Tata Realty & Infrastructure, the real estate company owned by Tata Sons, is scaling up its presence in commercial properties as it looks to build 45 million sq ft of such properties in 7-8 years. Sanjay Dutt, managing director and chief executive of the company tells Raghavendra Kamath that the company has done big leasing deals during the lockdown and seen good traction in housing sales. Excerpts:
Q. Several companies have given up Office spaces and ended leases. What has your experience been?
A. Our Intellion Parks, Intellion Edge and Intellion Square, with over 6.3 million sq ft, have over 94 per cent occupancy. We have signed a term sheet of 800,000 square feet in Intellion Park, Navi Mumbai. We have also leased a 450,000 sq ft full building to a Fortune-10 tech giant in Intellion Edge, Gurgaon. We have mostly Fortune-500 clients across our assets.

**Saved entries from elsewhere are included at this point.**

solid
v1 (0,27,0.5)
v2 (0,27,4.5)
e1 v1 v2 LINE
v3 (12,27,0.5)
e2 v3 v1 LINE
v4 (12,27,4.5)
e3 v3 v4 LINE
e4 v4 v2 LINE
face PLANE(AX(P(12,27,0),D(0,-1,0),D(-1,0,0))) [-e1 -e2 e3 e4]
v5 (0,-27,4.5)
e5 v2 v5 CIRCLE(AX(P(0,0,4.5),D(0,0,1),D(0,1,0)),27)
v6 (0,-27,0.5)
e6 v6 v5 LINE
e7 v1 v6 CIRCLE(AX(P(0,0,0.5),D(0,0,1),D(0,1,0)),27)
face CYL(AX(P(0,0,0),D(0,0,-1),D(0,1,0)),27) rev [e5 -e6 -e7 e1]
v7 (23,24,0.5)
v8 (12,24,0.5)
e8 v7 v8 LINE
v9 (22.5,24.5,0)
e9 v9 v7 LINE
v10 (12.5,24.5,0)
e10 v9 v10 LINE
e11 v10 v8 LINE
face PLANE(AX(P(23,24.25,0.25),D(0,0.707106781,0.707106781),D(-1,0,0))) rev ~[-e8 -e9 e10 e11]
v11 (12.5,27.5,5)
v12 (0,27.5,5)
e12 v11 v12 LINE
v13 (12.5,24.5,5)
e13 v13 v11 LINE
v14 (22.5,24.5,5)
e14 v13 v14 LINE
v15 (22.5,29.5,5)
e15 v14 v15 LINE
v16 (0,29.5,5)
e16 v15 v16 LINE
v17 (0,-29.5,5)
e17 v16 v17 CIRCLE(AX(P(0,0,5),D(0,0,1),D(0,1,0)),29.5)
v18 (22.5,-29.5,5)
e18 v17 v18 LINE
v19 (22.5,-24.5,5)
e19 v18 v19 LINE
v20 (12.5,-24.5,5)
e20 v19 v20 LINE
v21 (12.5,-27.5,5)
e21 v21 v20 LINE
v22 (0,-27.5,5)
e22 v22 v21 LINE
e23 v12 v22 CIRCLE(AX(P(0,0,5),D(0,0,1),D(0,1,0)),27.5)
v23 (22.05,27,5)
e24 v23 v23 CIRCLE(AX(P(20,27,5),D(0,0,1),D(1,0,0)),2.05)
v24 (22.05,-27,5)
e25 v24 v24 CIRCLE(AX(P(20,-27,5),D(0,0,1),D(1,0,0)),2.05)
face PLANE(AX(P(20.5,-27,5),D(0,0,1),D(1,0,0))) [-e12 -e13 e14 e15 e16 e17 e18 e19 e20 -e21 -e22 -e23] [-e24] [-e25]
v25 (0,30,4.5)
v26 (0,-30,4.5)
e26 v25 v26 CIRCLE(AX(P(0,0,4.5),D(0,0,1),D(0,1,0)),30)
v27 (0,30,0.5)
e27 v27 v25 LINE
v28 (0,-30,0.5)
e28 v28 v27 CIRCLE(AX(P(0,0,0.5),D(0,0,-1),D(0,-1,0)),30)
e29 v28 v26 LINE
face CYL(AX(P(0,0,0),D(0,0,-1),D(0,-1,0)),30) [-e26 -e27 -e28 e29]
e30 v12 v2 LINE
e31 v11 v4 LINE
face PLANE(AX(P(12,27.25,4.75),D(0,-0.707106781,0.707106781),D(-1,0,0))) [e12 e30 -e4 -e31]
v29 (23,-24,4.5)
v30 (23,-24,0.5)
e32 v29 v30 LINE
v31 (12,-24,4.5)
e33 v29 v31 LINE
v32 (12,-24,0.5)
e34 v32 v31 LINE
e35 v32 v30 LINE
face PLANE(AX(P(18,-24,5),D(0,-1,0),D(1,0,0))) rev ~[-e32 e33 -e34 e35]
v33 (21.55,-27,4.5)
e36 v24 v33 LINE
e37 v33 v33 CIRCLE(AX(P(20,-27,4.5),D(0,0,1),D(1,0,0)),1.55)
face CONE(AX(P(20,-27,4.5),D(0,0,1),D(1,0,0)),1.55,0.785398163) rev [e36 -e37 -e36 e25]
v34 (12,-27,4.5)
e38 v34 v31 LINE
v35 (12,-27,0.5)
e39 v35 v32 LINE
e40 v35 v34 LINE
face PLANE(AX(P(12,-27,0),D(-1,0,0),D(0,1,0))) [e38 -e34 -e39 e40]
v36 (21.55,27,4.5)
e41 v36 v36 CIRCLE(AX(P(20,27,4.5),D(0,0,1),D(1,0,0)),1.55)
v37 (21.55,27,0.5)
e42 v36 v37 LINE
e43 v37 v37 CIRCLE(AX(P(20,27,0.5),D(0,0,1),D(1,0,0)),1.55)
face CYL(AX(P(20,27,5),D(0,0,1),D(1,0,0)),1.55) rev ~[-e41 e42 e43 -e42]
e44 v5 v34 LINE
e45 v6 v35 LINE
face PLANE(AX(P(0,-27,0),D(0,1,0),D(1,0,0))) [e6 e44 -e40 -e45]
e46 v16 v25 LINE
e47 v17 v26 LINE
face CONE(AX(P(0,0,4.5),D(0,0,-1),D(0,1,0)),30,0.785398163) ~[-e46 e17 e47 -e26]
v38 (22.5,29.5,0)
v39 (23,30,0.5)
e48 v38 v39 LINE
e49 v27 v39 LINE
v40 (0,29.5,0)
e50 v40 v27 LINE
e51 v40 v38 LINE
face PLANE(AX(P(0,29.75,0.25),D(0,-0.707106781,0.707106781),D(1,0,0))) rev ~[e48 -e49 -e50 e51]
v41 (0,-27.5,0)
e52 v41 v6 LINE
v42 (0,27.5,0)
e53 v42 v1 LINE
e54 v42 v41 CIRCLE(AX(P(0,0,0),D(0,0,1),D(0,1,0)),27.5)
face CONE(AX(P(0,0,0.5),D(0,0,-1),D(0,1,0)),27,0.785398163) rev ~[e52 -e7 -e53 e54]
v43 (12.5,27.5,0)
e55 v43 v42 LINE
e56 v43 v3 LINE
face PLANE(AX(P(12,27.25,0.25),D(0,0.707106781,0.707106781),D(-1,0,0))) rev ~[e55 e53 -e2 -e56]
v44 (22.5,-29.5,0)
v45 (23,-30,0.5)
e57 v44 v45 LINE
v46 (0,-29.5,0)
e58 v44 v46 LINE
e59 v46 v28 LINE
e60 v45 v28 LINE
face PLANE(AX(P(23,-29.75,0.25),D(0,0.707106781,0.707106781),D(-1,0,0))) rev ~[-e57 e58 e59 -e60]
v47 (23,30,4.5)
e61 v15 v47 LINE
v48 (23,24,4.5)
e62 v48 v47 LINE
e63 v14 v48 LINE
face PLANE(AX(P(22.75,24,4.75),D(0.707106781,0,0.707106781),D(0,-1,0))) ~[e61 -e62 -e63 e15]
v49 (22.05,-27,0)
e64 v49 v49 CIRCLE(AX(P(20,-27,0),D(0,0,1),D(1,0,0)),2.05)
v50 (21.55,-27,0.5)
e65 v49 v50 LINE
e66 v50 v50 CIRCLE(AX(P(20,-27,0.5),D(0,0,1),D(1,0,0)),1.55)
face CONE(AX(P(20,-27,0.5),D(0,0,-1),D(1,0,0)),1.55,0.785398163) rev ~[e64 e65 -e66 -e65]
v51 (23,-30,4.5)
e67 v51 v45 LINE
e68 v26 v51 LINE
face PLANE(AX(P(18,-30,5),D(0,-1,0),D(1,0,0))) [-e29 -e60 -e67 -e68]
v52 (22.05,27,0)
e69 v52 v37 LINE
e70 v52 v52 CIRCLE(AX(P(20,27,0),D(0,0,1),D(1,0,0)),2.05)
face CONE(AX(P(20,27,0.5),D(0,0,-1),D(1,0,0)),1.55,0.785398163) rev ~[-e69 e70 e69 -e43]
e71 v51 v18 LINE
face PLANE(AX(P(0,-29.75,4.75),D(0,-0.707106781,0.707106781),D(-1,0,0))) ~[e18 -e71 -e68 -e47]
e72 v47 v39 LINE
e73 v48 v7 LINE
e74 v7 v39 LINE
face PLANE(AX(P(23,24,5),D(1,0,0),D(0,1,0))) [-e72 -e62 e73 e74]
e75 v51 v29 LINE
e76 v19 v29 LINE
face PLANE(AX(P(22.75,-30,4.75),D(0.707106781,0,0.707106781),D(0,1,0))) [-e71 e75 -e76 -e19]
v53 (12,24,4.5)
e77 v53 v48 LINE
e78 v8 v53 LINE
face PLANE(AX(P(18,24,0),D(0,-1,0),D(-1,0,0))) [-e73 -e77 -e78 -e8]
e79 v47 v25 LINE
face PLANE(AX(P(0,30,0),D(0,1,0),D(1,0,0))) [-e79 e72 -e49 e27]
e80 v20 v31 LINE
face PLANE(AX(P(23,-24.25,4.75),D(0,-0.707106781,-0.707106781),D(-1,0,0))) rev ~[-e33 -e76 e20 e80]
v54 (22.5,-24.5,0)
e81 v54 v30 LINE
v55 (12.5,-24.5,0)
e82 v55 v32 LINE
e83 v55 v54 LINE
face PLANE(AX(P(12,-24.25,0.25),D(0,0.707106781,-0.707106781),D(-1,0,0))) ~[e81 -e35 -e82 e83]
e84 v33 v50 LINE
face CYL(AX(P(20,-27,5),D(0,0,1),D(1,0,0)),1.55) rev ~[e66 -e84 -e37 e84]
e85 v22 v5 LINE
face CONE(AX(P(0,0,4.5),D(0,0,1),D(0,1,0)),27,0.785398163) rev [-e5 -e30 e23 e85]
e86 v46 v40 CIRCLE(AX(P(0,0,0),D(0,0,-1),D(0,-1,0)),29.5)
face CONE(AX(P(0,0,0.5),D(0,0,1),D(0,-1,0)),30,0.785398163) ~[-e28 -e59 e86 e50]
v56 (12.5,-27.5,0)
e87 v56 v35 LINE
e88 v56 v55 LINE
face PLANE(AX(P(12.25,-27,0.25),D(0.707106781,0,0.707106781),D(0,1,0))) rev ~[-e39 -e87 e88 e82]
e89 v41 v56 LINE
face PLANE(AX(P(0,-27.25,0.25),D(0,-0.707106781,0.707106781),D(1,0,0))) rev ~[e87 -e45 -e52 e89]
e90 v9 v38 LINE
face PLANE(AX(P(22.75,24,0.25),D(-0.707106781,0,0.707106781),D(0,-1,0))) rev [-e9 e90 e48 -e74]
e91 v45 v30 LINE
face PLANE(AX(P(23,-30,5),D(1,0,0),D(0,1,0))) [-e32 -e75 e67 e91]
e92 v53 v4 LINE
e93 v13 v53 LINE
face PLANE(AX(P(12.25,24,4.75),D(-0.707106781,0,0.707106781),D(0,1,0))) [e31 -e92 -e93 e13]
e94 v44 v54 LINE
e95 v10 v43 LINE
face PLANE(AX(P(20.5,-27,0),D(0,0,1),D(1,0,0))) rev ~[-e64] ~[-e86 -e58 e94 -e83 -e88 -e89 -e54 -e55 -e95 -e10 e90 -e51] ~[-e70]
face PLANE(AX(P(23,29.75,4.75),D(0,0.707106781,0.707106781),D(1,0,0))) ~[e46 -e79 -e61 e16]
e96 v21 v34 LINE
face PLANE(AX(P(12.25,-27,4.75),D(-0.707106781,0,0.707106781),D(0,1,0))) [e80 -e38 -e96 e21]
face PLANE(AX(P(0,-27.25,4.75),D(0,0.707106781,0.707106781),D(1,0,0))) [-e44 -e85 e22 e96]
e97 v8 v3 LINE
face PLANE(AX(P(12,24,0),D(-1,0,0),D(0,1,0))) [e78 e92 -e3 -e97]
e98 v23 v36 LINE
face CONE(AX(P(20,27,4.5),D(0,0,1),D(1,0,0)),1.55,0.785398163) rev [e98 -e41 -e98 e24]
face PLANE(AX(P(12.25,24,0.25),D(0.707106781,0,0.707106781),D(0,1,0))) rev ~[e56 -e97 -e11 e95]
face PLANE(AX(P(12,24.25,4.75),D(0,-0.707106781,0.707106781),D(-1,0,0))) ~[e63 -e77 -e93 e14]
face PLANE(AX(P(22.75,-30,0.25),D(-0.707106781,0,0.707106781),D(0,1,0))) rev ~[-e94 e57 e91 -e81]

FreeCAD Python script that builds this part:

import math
import FreeCAD as App
import Part
import Sketcher
from FreeCAD import Vector


def edges_at(feature, points):
    """Names of the edges that pass closest to the given points."""
    edges = feature.Shape.Edges
    near = lambda p: min(range(len(edges)), key=lambda i: edges[i].distToShape(Part.Vertex(*p))[0])
    return sorted({f"Edge{near(p) + 1}" for p in points})


def add_polygon(sketch, points):
    """Adds a closed chain of lines whose ends are joined by coincident constraints."""
    first, n = sketch.GeometryCount, len(points)
    for a, b in zip(points, points[1:] + points[:1]):
        sketch.addGeometry(Part.LineSegment(App.Vector(*a, 0), App.Vector(*b, 0)), False)
    for i in range(n):
        sketch.addConstraint(Sketcher.Constraint("Coincident", first + i, 2, first + (i + 1) % n, 1))

doc = App.newDocument("Part")
body = doc.addObject("PartDesign::Body", "Body")

sketch1 = body.newObject("Sketcher::SketchObject", "Sketch")
sketch1.AttachmentSupport = (doc.getObject("XY_Plane"), [""])
sketch1.MapMode = "FlatFace"
sketch1.addGeometry(Part.LineSegment(Vector(18, 30, 0), Vector(0, 30, 0)), False)
sketch1.addGeometry(Part.ArcOfCircle(Part.Circle(Vector(0, 0, 0), Vector(0, 0, 1), 30), math.radians(90), math.radians(270)), False)
sketch1.addGeometry(Part.LineSegment(Vector(0, -30, 0), Vector(18, -30, 0)), False)
sketch1.addGeometry(Part.LineSegment(Vector(18, -30, 0), Vector(18, -24, 0)), False)
sketch1.addGeometry(Part.LineSegment(Vector(18, -24, 0), Vector(12, -24, 0)), False)
sketch1.addGeometry(Part.LineSegment(Vector(12, -24, 0), Vector(12, -27, 0)), False)
sketch1.addGeometry(Part.LineSegment(Vector(12, -27, 0), Vector(0, -27, 0)), False)
sketch1.addGeometry(Part.ArcOfCircle(Part.Circle(Vector(0, 0, 0), Vector(0, 0, 1), 27), math.radians(90), math.radians(270)), False)
sketch1.addGeometry(Part.LineSegment(Vector(0, 27, 0), Vector(12, 27, 0)), False)
sketch1.addGeometry(Part.LineSegment(Vector(12, 27, 0), Vector(12, 24, 0)), False)
sketch1.addGeometry(Part.LineSegment(Vector(12, 24, 0), Vector(18, 24, 0)), False)
sketch1.addGeometry(Part.LineSegment(Vector(18, 24, 0), Vector(18, 30, 0)), False)
sketch1.addConstraint(Sketcher.Constraint("Tangent", 0, 2, 1, 1))
sketch1.addConstraint(Sketcher.Constraint("Tangent", 1, 2, 2, 1))
sketch1.addConstraint(Sketcher.Constraint("Coincident", 2, 2, 3, 1))
sketch1.addConstraint(Sketcher.Constraint("Coincident", 3, 2, 4, 1))
sketch1.addConstraint(Sketcher.Constraint("Coincident", 4, 2, 5, 1))
sketch1.addConstraint(Sketcher.Constraint("Coincident", 5, 2, 6, 1))
sketch1.addConstraint(Sketcher.Constraint("Tangent", 6, 2, 7, 2))
sketch1.addConstraint(Sketcher.Constraint("Tangent", 7, 1, 8, 1))
sketch1.addConstraint(Sketcher.Constraint("Coincident", 8, 2, 9, 1))
sketch1.addConstraint(Sketcher.Constraint("Coincident", 9, 2, 10, 1))
sketch1.addConstraint(Sketcher.Constraint("Coincident", 10, 2, 11, 1))
sketch1.addConstraint(Sketcher.Constraint("Coincident", 11, 2, 0, 1))
sketch1.addConstraint(Sketcher.Constraint("Horizontal", 0))
sketch1.addConstraint(Sketcher.Constraint("Horizontal", 2))
sketch1.addConstraint(Sketcher.Constraint("Vertical", 3))
sketch1.addConstraint(Sketcher.Constraint("Horizontal", 4))
sketch1.addConstraint(Sketcher.Constraint("Vertical", 5))
sketch1.addConstraint(Sketcher.Constraint("Horizontal", 6))
sketch1.addConstraint(Sketcher.Constraint("Horizontal", 8))
sketch1.addConstraint(Sketcher.Constraint("Vertical", 9))
sketch1.addConstraint(Sketcher.Constraint("Horizontal", 10))
sketch1.addConstraint(Sketcher.Constraint("Vertical", 11))
sketch1.addConstraint(Sketcher.Constraint("Coincident", 1, 3, -1, 1))
sketch1.addConstraint(Sketcher.Constraint("Coincident", 7, 3, -1, 1))
sketch1.addConstraint(Sketcher.Constraint("Symmetric", 4, 2, 9, 2, -1))
sketch1.addConstraint(Sketcher.Constraint("Vertical", 3, 2, 10, 2))
sketch1.addConstraint(Sketcher.Constraint("Equal", 10, 3))
sketch1.addConstraint(Sketcher.Constraint("Radius", 1, 30.0))
sketch1.addConstraint(Sketcher.Constraint("Radius", 7, 27.0))
sketch1.addConstraint(Sketcher.Constraint("DistanceX", 0, 2, 0, 1, 18.0))
sketch1.addConstraint(Sketcher.Constraint("DistanceX", 4, 2, 4, 1, 6.0))
pad1 = body.newObject("PartDesign::Pad", "Pad")
pad1.Profile = sketch1
pad1.Length = 5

Besides that, tenants can not exit mid way. Most of the clients spend Rs 2,000-4,000 per sq ft on interiors, which means they spend nearly as much as a developer spends on construction. Besides, several tenants enjoy SEZ and tax benefits. Why would they lose out on that?
Q. Recently, you said you will develop 45 million sq ft in 7-8 years. Isn't that too ambitious?

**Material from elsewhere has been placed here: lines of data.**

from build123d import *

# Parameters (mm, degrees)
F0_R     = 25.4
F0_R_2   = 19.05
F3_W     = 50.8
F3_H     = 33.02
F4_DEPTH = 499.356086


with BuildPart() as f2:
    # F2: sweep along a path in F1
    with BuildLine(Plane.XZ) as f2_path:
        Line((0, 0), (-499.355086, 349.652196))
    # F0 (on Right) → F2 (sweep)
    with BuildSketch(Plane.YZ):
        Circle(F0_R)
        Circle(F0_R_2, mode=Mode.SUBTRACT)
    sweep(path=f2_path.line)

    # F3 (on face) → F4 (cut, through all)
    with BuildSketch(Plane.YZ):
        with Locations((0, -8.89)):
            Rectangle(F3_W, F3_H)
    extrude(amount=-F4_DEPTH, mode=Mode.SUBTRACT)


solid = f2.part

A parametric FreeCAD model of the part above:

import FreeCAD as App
import Part
import Sketcher

V = App.Vector
Q = App.Units.Quantity


def add_polygon(sketch, points):
    """Adds a closed chain of lines whose ends are joined by coincident constraints."""
    first, n = sketch.GeometryCount, len(points)
    for a, b in zip(points, points[1:] + points[:1]):
        sketch.addGeometry(Part.LineSegment(App.Vector(*a, 0), App.Vector(*b, 0)), False)
    for i in range(n):
        sketch.addConstraint(Sketcher.Constraint("Coincident", first + i, 2, first + (i + 1) % n, 1))

doc = App.newDocument("Part")
params = doc.addObject("Spreadsheet::Sheet", "Params")
for row, (alias, value) in enumerate([
    ("sketch1_diameter", "2 in"),
    ("sketch1_diameter2", "1.5 in"),
    ("sketch2_width", "24 in"),
    ("sketch3_width", "2 in"),
    ("sketch3_height", "1.3 in"),
], start=1):
    params.set(f"A{row}", alias)
    params.set(f"B{row}", "=" + value)
    params.setAlias(f"B{row}", alias)

body = doc.addObject("PartDesign::Body", "Body")

# Sketch on YZ plane
sketch1 = doc.addObject("Sketcher::SketchObject", "Sketch")
body.addObject(sketch1)
sketch1.AttachmentSupport = (doc.YZ_Plane, [""])
sketch1.MapMode = "FlatFace"
sketch1.addGeometry([
    Part.Circle(V(0, 0, 0), V(0, 0, 1), 25.4),
    Part.Circle(V(0, 0, 0), V(0, 0, 1), 19.05),
], False)
sketch1.addConstraint([
    Sketcher.Constraint("Coincident", 0, 3, -1, 1),
    Sketcher.Constraint("Coincident", 1, 3, -1, 1),
    Sketcher.Constraint("Diameter", 0, Q("2 in")),
    Sketcher.Constraint("Diameter", 1, Q("1.5 in")),
])
sketch1.setExpression("Constraints[2]", "Params.sketch1_diameter")
sketch1.setExpression("Constraints[3]", "Params.sketch1_diameter2")

# Sketch on an angled plane
sketch2 = doc.addObject("Sketcher::SketchObject", "Sketch001")
body.addObject(sketch2)
sketch2.Placement = App.Placement(V(0, 0, 0), App.Rotation(V(-0.819152044, 0, 0.573576437), V(0, 1, 0), V(-0.573576437, 0, -0.819152044), "ZXY"))
sketch2.addGeometry(Part.LineSegment(V(0, 0, 0), V(609.6, 0, 0)), False)
sketch2.addConstraint([
    Sketcher.Constraint("Horizontal", 0),
    Sketcher.Constraint("Coincident", 0, 1, -1, 1),
    Sketcher.Constraint("DistanceX", 0, 1, 0, 2, Q("24 in")),
])
sketch2.setExpression("Constraints[2]", "Params.sketch2_width")
doc.recompute()

additivepipe = doc.addObject("PartDesign::AdditivePipe", "AdditivePipe")
body.addObject(additivepipe)
additivepipe.Profile = sketch1
additivepipe.Spine = (sketch2, ["Edge1"])

# Sketch on YZ plane
sketch3 = doc.addObject("Sketcher::SketchObject", "Sketch002")
body.addObject(sketch3)
sketch3.AttachmentSupport = (doc.YZ_Plane, [""])
sketch3.MapMode = "FlatFace"
add_polygon(sketch3, [(-25.4, 7.62), (-25.4, -25.4), (25.4, -25.4), (25.4, 7.62)])  # lines 0-3
sketch3.addConstraint([
    Sketcher.Constraint("Vertical", 0),
    Sketcher.Constraint("Horizontal", 1),
    Sketcher.Constraint("Vertical", 2),
    Sketcher.Constraint("Horizontal", 3),
    Sketcher.Constraint("DistanceX", 1, 1, 1, 2, Q("2 in")),
    Sketcher.Constraint("DistanceY", 0, 2, 0, 1, Q("1.3 in")),
    Sketcher.Constraint("DistanceX", 0, 2, -1, 1, Q("1 in")),
    Sketcher.Constraint("DistanceY", 0, 2, -1, 1, Q("1 in")),
])
sketch3.setExpression("Constraints[8]", "Params.sketch3_width")
sketch3.setExpression("Constraints[9]", "Params.sketch3_height")
pocket1 = doc.addObject("PartDesign::Pocket", "Pocket")
body.addObject(pocket1)
pocket1.Profile = sketch3
pocket1.Type = "ThroughAll"

doc.recompute()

A. We are not doing that without demand. In many of our projects, we are in the design stage and are seeking approvals and so on. We are not building everything in one year. If demand comes back in time, we will be able to increase development. As and when we get approvals, we can quickly scale up. We will be doing development in different cities at different times. We are also doing built-to-suit projects. We have up to 20 million sq ft from existing land, of which 6.3 million sq ft is leased. Another few term sheets in Bengaluru, Pune and Chennai would add another to 12-14 million sq ft.
Q. So, are you becoming an office property-focused developer now?
A. We are already strong in residential and are present in 15 cities. We are scaling up office properties because of demand. It makes sense for us to grow commercial now. We are also doing data centres. In some point in time in future, we will also explore warehousing.
Q. What is the progress on your REIT plans?
A. We are qualified to do REIT even today, but will scale up our portfolio. Intellion Park SEZ will get occupation certificate for 800,000 sq ft by December and for another 800,000 sq ft in a year.
Q. What is the scene in residential properties?
A. South was better than West and North during Covid. Now West has also bounced back. We struggled in the first quarter like other developers. We had much better Q2. We saw 15 per cent sales growth in Q2 on a yearly basis. In September, we saw 2.5 times the sale of August. Since September, we are seeing more demand for larger houses.
We have 80 per cent of last year’s revenues. My sense is that if the festive season and last quarter go well, we will reduce the gap. We will meet or exceed last year’s numbers.
We've mobilised construction workers faster than others. Pre-0covid, we had 3,500 hands. Now we have 5,000. Because of our ready-to-move inventory which doesn't attract GST, and promotion schemes, we're able to get good sales traction.
Q. What is your take on office absorption in the country this year.
A. Between January and September this year, 22 million sq ft of space was committed in the country. About 16 million sq ft came during Covid. If you recall, during the global financial crisis of 2008, office absorption declined to 19 million sq ft in the country. What we are facing now is Covid which is really disruptive and we have still not recovered. But our office demand suggests India clearly has an advantageous position in this disruption. Last year the country saw office absorption of 49 million sq ft. In one and a half to two years, you will see India touching 30-35 million sq ft of office absorption.